© JUNGE FREIHEIT Verlag GmbH & Co. www.jungefreiheit.de 40/18 / 28. September 2018

„Erhebliche Mißstände“
Flüchtlingsbehörde: Laut internen Prüfberichten war der Bremer Bamf-Skandal um zu Unrecht erteilte Asylbescheide gravierender als behauptet
Björn Harms

FDP und AfD ließen am Montag nach der Sitzung des Bundestagsinnenausschusses keinen Zweifel: Der Skandal um zu Unrecht erteilte Asylbescheide beim Bundesamt für Migration und Flüchtlinge (Bamf) benötige noch immer eine vollumfängliche Aufarbeitung. Es wäre fatal, einen Schlußstrich unter die Affäre zu ziehen, so die Parteien. „Es hat in Bremen erhebliche Mißstände gegeben“, hatte auch der neue Bamf-Chef Hans-Eckhard Sommer laut Teilnehmerangaben vor dem Gremium bestätigt.

Dabei hatten jüngste Medienberichte ein gänzlich anderes Bild von den Versäumnissen in der Bremer Außenstelle gezeichnet. Immer häufiger hieß es, die ehemalige Behördenleiterin Ulrike B. sei lediglich das Opfer einer Rufmordkampagne geworden. Die Mißstände hätten sich als weit geringer erwiesen als zunächst angenommen. Die innenpolitische Sprecherin der Bundestagsfraktion der Linkspartei, Ulla Jelpke, forderte gar eine öffentliche Entschuldigung von Innenminister Horst Seehofer für seine „unverantwortliche Panikmache“.

Als Beweis diente der jüngst abgeschlossene Prüfungsbericht des Bamf, den die Behörde in den vergangenen Monaten selbst erarbeitet hatte. Für den „Vollbericht Bremen“ wurden alle Fälle untersucht, die seit 2006 in der Hansestadt positiv beschieden worden waren – 12.848 Akten, die sich auf 18.347 Asylbewerber bezogen. Die Experten wollten wissen: Wie viele Unregelmäßigkeiten gab es bei den einzelnen Entscheidungen? Die Medien griffen einzelne Bruchstücke der Untersuchung dankbar auf. Nur 1,1 Prozent der positiven Asylbescheide hätten bislang revidiert werden müssen, zitierte der Spiegel aus dem vorgelegten Bericht.

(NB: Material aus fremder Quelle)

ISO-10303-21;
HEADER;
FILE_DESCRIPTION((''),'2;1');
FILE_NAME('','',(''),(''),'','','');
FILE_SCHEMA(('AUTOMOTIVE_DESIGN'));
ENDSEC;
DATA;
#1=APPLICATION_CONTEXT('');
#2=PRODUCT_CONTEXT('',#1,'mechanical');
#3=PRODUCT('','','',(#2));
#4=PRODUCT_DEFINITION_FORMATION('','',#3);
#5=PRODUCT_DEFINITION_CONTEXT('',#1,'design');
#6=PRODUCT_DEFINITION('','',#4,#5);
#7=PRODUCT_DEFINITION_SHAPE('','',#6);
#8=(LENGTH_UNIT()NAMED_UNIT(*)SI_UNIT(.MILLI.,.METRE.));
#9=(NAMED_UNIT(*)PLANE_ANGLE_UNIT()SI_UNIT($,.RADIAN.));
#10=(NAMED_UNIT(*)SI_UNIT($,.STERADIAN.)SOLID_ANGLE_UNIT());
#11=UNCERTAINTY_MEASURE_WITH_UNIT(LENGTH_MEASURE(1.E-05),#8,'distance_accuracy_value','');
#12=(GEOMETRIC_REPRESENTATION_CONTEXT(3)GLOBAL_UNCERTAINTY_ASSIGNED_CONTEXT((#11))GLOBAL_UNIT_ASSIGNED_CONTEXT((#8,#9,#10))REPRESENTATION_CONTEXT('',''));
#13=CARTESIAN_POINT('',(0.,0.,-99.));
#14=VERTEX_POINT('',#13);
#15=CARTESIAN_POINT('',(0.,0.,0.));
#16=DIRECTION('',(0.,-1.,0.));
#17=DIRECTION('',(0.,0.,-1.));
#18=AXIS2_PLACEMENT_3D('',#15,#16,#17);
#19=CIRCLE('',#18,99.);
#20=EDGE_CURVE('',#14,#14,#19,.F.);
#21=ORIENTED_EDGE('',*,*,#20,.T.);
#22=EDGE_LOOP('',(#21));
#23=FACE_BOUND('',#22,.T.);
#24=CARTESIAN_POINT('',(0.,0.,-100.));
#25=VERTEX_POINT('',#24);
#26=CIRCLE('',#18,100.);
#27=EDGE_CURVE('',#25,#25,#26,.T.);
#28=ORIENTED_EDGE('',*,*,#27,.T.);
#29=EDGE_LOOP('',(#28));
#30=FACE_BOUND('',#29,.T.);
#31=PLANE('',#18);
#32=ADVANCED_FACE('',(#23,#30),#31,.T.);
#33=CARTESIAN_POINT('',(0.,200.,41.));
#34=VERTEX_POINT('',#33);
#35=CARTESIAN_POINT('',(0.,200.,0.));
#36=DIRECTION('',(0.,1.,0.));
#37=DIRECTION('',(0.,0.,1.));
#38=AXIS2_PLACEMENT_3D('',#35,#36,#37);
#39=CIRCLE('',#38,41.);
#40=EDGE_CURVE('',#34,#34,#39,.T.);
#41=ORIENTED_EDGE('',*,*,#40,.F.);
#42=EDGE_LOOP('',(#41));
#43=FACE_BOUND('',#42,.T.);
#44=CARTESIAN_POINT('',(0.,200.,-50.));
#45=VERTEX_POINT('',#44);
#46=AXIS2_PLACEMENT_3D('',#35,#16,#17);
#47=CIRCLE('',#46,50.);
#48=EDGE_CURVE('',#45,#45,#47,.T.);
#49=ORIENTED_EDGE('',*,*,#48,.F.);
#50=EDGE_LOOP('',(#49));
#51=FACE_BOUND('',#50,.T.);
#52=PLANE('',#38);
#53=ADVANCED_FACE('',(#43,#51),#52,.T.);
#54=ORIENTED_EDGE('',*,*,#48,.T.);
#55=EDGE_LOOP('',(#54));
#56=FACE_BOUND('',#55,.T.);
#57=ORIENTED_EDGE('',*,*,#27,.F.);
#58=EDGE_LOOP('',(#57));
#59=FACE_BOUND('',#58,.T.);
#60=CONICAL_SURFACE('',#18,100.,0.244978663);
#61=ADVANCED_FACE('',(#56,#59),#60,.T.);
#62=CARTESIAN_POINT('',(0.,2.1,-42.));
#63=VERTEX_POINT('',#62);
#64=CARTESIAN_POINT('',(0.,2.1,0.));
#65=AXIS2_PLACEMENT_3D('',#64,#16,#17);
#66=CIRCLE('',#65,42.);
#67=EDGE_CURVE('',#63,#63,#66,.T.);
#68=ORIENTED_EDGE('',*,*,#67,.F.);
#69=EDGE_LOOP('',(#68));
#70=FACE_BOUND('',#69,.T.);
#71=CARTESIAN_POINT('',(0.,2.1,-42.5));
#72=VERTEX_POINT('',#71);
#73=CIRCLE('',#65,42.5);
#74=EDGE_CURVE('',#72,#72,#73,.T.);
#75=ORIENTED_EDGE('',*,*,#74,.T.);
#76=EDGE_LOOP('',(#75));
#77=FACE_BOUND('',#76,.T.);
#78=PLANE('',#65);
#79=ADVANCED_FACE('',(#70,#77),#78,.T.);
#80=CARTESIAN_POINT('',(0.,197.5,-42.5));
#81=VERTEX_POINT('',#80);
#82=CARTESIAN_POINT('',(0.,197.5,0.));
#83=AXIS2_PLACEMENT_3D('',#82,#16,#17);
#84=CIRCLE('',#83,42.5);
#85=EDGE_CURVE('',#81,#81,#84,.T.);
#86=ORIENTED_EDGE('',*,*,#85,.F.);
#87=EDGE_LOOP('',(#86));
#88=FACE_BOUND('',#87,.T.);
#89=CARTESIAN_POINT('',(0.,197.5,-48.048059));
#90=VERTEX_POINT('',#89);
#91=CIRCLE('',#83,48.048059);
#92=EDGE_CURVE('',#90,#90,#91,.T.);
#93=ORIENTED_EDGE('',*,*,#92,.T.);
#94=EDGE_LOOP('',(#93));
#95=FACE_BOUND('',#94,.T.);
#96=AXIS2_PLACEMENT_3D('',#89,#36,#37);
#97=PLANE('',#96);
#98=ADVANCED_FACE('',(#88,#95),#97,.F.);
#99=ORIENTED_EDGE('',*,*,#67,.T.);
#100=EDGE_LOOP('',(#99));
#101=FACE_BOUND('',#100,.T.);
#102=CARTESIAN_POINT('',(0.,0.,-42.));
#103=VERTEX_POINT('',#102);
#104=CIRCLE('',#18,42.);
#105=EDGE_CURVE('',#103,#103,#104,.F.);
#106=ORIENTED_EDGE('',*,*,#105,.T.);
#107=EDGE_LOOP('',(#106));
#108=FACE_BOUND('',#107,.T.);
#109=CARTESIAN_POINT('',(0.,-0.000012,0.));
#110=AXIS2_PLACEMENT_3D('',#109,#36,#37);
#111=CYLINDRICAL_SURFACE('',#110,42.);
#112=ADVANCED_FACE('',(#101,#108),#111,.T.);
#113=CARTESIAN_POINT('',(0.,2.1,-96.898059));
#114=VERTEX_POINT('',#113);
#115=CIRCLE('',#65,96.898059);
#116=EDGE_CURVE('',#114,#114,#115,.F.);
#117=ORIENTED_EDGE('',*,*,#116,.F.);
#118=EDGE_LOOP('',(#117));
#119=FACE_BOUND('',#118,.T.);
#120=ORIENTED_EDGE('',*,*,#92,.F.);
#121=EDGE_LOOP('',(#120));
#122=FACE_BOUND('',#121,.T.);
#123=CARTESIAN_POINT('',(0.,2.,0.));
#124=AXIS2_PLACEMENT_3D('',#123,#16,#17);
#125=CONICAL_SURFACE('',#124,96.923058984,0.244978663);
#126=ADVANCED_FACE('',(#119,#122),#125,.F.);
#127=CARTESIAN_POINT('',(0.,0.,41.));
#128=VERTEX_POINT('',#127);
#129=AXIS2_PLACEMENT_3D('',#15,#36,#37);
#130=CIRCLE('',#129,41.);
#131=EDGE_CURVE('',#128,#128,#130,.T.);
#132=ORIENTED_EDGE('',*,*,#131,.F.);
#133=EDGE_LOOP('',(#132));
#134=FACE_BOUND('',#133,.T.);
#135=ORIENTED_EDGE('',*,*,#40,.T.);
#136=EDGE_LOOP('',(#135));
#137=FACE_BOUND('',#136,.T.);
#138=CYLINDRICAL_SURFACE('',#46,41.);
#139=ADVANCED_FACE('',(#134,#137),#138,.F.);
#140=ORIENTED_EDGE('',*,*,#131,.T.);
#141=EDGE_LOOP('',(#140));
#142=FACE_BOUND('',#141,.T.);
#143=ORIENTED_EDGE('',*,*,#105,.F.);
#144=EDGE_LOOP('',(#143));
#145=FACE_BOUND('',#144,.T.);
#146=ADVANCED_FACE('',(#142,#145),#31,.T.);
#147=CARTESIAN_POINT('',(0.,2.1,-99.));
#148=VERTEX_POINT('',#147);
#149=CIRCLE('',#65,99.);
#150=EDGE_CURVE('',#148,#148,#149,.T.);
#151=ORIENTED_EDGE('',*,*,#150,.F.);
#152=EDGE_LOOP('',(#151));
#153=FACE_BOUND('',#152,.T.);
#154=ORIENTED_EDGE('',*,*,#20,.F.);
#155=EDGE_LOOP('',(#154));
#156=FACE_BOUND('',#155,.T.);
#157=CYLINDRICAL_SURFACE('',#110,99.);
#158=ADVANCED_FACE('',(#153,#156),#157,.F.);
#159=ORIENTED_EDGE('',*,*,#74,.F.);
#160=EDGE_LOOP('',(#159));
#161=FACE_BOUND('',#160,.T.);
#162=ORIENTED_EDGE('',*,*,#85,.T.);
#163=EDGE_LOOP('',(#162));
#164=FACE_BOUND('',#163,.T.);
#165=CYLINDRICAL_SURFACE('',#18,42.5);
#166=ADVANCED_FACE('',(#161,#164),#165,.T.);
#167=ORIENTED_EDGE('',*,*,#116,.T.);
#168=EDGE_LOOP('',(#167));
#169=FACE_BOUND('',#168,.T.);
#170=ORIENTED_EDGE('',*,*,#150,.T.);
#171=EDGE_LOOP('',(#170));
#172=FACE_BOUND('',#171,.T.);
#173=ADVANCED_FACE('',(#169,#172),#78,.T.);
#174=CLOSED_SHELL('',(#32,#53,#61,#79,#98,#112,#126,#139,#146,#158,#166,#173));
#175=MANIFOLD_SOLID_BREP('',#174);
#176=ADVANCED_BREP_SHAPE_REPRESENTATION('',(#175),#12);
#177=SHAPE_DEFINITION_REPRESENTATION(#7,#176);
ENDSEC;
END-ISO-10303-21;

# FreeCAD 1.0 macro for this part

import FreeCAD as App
import Part
import Sketcher
Q = App.Units.Quantity


def add_polygon(sketch, points):
    """Adds a closed chain of lines whose ends are joined by coincident constraints."""
    first, n = sketch.GeometryCount, len(points)
    for a, b in zip(points, points[1:] + points[:1]):
        sketch.addGeometry(Part.LineSegment(App.Vector(*a, 0), App.Vector(*b, 0)), False)
    for i in range(n):
        sketch.addConstraint(Sketcher.Constraint("Coincident", first + i, 2, first + (i + 1) % n, 1))

doc = App.newDocument("Part")
body = doc.addObject("PartDesign::Body", "Body")

sketch1 = body.newObject("Sketcher::SketchObject", "Sketch")
sketch1.AttachmentSupport = (doc.getObject("YZ_Plane"), [""])
sketch1.MapMode = "FlatFace"
add_polygon(sketch1, [(0, 0), (0, -100), (200, -50), (200, 0)])
sketch1.addConstraint([
    Sketcher.Constraint("Vertical", 0),
    Sketcher.Constraint("Vertical", 2),
    Sketcher.Constraint("Horizontal", 3),
    Sketcher.Constraint("Coincident", 3, 2, -1, 1),
    Sketcher.Constraint("DistanceX", 3, 2, 3, 1, Q("200 mm")),
    Sketcher.Constraint("DistanceY", 0, 2, 0, 1, Q("100 mm")),
    Sketcher.Constraint("DistanceY", 2, 1, 2, 2, Q("50 mm")),
])
revolution = body.newObject("PartDesign::Revolution", "Revolution")
revolution.Profile = sketch1
revolution.ReferenceAxis = (sketch1, ["H_Axis"])
revolution.Angle = 360

sketch2 = body.newObject("Sketcher::SketchObject", "Sketch001")
sketch2.AttachmentSupport = (doc.getObject("XZ_Plane"), [""])
sketch2.MapMode = "FlatFace"
sketch2.addGeometry(Part.Circle(App.Vector(0, 0, 0), App.Vector(0, 0, 1), 41), False)
sketch2.addConstraint([
    Sketcher.Constraint("Coincident", 0, 3, -1, 1),
    Sketcher.Constraint("Diameter", 0, Q("82 mm")),
])
pocket1 = body.newObject("PartDesign::Pocket", "Pocket")
pocket1.Profile = sketch2
pocket1.Length = 200

sketch3 = body.newObject("Sketcher::SketchObject", "Sketch002")
sketch3.AttachmentSupport = (doc.getObject("YZ_Plane"), [""])
sketch3.MapMode = "FlatFace"
add_polygon(sketch3, [(2, -96.923059), (197.5, -48.048059), (197.5, -42.5), (2, -42.5)])
sketch3.addConstraint([
    Sketcher.Constraint("Vertical", 1),
    Sketcher.Constraint("Horizontal", 2),
    Sketcher.Constraint("Vertical", 3),
    Sketcher.Constraint("DistanceX", 2, 2, 2, 1, Q("195.5 mm")),
    Sketcher.Constraint("DistanceX", -1, 1, 2, 2, Q("2 mm")),
    Sketcher.Constraint("DistanceY", 1, 2, -1, 1, Q("42.5 mm")),
    Sketcher.Constraint("DistanceY", 3, 2, 0, 2, Q("48.875 mm")),
    Sketcher.Constraint("DistanceY", 1, 1, 1, 2, Q("5.548059 mm")),
])
groove = body.newObject("PartDesign::Groove", "Groove")
groove.Profile = sketch3
groove.ReferenceAxis = (sketch3, ["H_Axis"])
groove.Angle = 360

sketch4 = body.newObject("Sketcher::SketchObject", "Sketch003")
sketch4.AttachmentSupport = (doc.getObject("XZ_Plane"), [""])
sketch4.MapMode = "FlatFace"
sketch4.addGeometry([
    Part.Circle(App.Vector(0, 0, 0), App.Vector(0, 0, 1), 99),
    Part.Circle(App.Vector(0, 0, 0), App.Vector(0, 0, 1), 42),
], False)
sketch4.addConstraint([
    Sketcher.Constraint("Coincident", 0, 3, -1, 1),
    Sketcher.Constraint("Coincident", 1, 3, -1, 1),
    Sketcher.Constraint("Diameter", 0, Q("198 mm")),
    Sketcher.Constraint("Diameter", 1, Q("84 mm")),
])
pocket2 = body.newObject("PartDesign::Pocket", "Pocket001")
pocket2.Profile = sketch4
pocket2.Type = "TwoLengths"
pocket2.Length = 1
pocket2.Length2 = 2.1
pocket2.Reversed = True

doc.recompute()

Kein Grund zur Aufregung also? 

Ulrike B. hat jahrelang geltendes Recht gebrochen

Die genaue Lesart des internen Prüfungsberichts biete „einen etwas klareren Blick auf die Vorgänge“, entgegnete die Frankfurter Allgemeine Zeitung. Zwar liege die Zahl der groben Verstöße tatsächlich bei nur 145. Doch handele es sich hierbei lediglich um Fälle, bei denen Mitarbeiter eine „bewußt manipulative Einflußnahme zur Erreichung einer bestimmten Entscheidung“ vorgenommen hätten. Gleichzeitig gebe es weitere 2.043 Asylverfahren, in denen „nicht ausreichend ermittelt“ worden sei. Bei rund 2.700 Fällen (rund 21 Prozent aller Verfahren) hätten die Prüfer „Mängel in der Bearbeitung“ beanstandet.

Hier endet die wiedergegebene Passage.